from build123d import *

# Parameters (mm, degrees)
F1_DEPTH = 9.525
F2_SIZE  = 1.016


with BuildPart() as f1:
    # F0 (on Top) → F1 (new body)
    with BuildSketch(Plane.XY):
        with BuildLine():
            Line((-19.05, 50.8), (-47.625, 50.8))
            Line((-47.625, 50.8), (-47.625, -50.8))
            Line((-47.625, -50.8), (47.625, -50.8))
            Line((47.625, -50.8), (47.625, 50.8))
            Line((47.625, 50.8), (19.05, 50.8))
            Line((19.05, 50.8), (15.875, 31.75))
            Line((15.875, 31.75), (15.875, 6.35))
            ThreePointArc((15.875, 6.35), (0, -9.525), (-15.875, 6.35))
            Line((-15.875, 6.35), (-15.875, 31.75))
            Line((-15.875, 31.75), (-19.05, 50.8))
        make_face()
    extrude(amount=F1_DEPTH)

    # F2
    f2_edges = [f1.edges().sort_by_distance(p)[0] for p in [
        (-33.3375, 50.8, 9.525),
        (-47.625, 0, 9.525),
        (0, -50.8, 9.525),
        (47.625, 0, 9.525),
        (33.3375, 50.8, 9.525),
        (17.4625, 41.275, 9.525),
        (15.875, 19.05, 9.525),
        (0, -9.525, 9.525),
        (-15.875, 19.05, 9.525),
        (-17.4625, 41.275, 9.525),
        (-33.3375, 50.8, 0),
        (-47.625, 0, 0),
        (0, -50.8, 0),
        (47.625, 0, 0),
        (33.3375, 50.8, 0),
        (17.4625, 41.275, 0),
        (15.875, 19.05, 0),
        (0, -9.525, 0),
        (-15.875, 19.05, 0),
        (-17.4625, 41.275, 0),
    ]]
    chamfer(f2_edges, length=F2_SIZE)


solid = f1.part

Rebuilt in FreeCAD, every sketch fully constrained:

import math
import FreeCAD as App
import Part
import Sketcher

V = App.Vector
Q = App.Units.Quantity


def edges_at(feature, points):
    """Names of the edges that pass closest to the given points."""
    edges = feature.Shape.Edges
    near = lambda p: min(range(len(edges)), key=lambda i: edges[i].distToShape(Part.Vertex(*p))[0])
    return sorted({f"Edge{near(p) + 1}" for p in points})

doc = App.newDocument("Part")
params = doc.addObject("Spreadsheet::Sheet", "Params")
for row, (alias, value) in enumerate([
    ("sketch1_height", "4 in"),
    ("sketch1_height2", "1 in"),
    ("sketch1_radius", "0.625 in"),
    ("sketch1_width", "3.75 in"),
    ("pad1_length", "0.375 in"),
    ("chamfer_size", "0.04 in"),
], start=1):
    params.set(f"A{row}", alias)
    params.set(f"B{row}", "=" + value)
    params.setAlias(f"B{row}", alias)

body = doc.addObject("PartDesign::Body", "Body")

sketch1 = doc.addObject("Sketcher::SketchObject", "Sketch")
body.addObject(sketch1)
sketch1.AttachmentSupport = (doc.XY_Plane, [""])
sketch1.MapMode = "FlatFace"
sketch1.addGeometry([
    Part.LineSegment(V(-19.05, 50.8, 0), V(-47.625, 50.8, 0)),
    Part.LineSegment(V(-47.625, 50.8, 0), V(-47.625, -50.8, 0)),
    Part.LineSegment(V(-47.625, -50.8, 0), V(47.625, -50.8, 0)),
    Part.LineSegment(V(47.625, -50.8, 0), V(47.625, 50.8, 0)),
    Part.LineSegment(V(47.625, 50.8, 0), V(19.05, 50.8, 0)),
    Part.LineSegment(V(19.05, 50.8, 0), V(15.875, 31.75, 0)),
    Part.LineSegment(V(15.875, 31.75, 0), V(15.875, 6.35, 0)),
    Part.ArcOfCircle(Part.Circle(V(0, 6.35, 0), V(0, 0, 1), 15.875), math.radians(180), math.radians(360)),
    Part.LineSegment(V(-15.875, 6.35, 0), V(-15.875, 31.75, 0)),
    Part.LineSegment(V(-15.875, 31.75, 0), V(-19.05, 50.8, 0)),
], False)
sketch1.addConstraint([
    Sketcher.Constraint("Coincident", 0, 2, 1, 1),
    Sketcher.Constraint("Coincident", 1, 2, 2, 1),
    Sketcher.Constraint("Coincident", 2, 2, 3, 1),
    Sketcher.Constraint("Coincident", 3, 2, 4, 1),
    Sketcher.Constraint("Coincident", 4, 2, 5, 1),
    Sketcher.Constraint("Coincident", 5, 2, 6, 1),
    Sketcher.Constraint("Tangent", 6, 2, 7, 2),
    Sketcher.Constraint("Tangent", 7, 1, 8, 1),
    Sketcher.Constraint("Coincident", 8, 2, 9, 1),
    Sketcher.Constraint("Coincident", 9, 2, 0, 1),
    Sketcher.Constraint("Horizontal", 0),
    Sketcher.Constraint("Vertical", 1),
    Sketcher.Constraint("Horizontal", 2),
    Sketcher.Constraint("Vertical", 3),
    Sketcher.Constraint("Horizontal", 4),
    Sketcher.Constraint("Vertical", 6),
    Sketcher.Constraint("Vertical", 8),
    Sketcher.Constraint("Symmetric", 0, 2, 2, 2, -1, 1),
    Sketcher.Constraint("Symmetric", 5, 2, 8, 2, -2),
    Sketcher.Constraint("Symmetric", 4, 2, 9, 2, -2),
    Sketcher.Constraint("DistanceY", 1, 2, 1, 1, Q("4 in")),
    Sketcher.Constraint("DistanceY", 6, 2, 6, 1, Q("1 in")),
    Sketcher.Constraint("Radius", 7, Q("0.625 in")),
    Sketcher.Constraint("DistanceX", 2, 1, 2, 2, Q("3.75 in")),
    Sketcher.Constraint("DistanceX", 9, 2, 4, 2, Q("1.5 in")),
    Sketcher.Constraint("DistanceY", -1, 1, 7, 3, Q("0.25 in")),
])
sketch1.setExpression("Constraints[20]", "Params.sketch1_height")
sketch1.setExpression("Constraints[21]", "Params.sketch1_height2")
sketch1.setExpression("Constraints[22]", "Params.sketch1_radius")
sketch1.setExpression("Constraints[23]", "Params.sketch1_width")
pad1 = doc.addObject("PartDesign::Pad", "Pad")
body.addObject(pad1)
pad1.Profile = sketch1
pad1.setExpression("Length", "Params.pad1_length")
doc.recompute()

chamfer = doc.addObject("PartDesign::Chamfer", "Chamfer")
body.addObject(chamfer)
chamfer.Base = (pad1, edges_at(pad1, [
    (-33.337, 50.8, 9.525),
    (-47.625, 0, 9.525),
    (0, -50.8, 9.525),
    (47.625, 0, 9.525),
    (33.337, 50.8, 9.525),
    (17.462, 41.275, 9.525),
    (15.875, 19.05, 9.525),
    (0, -9.525, 9.525),
    (-15.875, 19.05, 9.525),
    (-17.462, 41.275, 9.525),
    (-33.337, 50.8, 0),
    (-47.625, 0, 0),
    (0, -50.8, 0),
    (47.625, 0, 0),
    (33.337, 50.8, 0),
    (17.462, 41.275, 0),
    (15.875, 19.05, 0),
    (0, -9.525, 0),
    (-15.875, 19.05, 0),
    (-17.462, 41.275, 0),
]))
chamfer.setExpression("Size", "Params.chamfer_size")

doc.recompute()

=====

EXERCISE REQUIREMENTS: Only lines containing the string "with" are needed. Pull each of them out of the records above.

RESULT FOR THIS TASK:
with BuildPart() as f1:
    with BuildSketch(Plane.XY):
        with BuildLine():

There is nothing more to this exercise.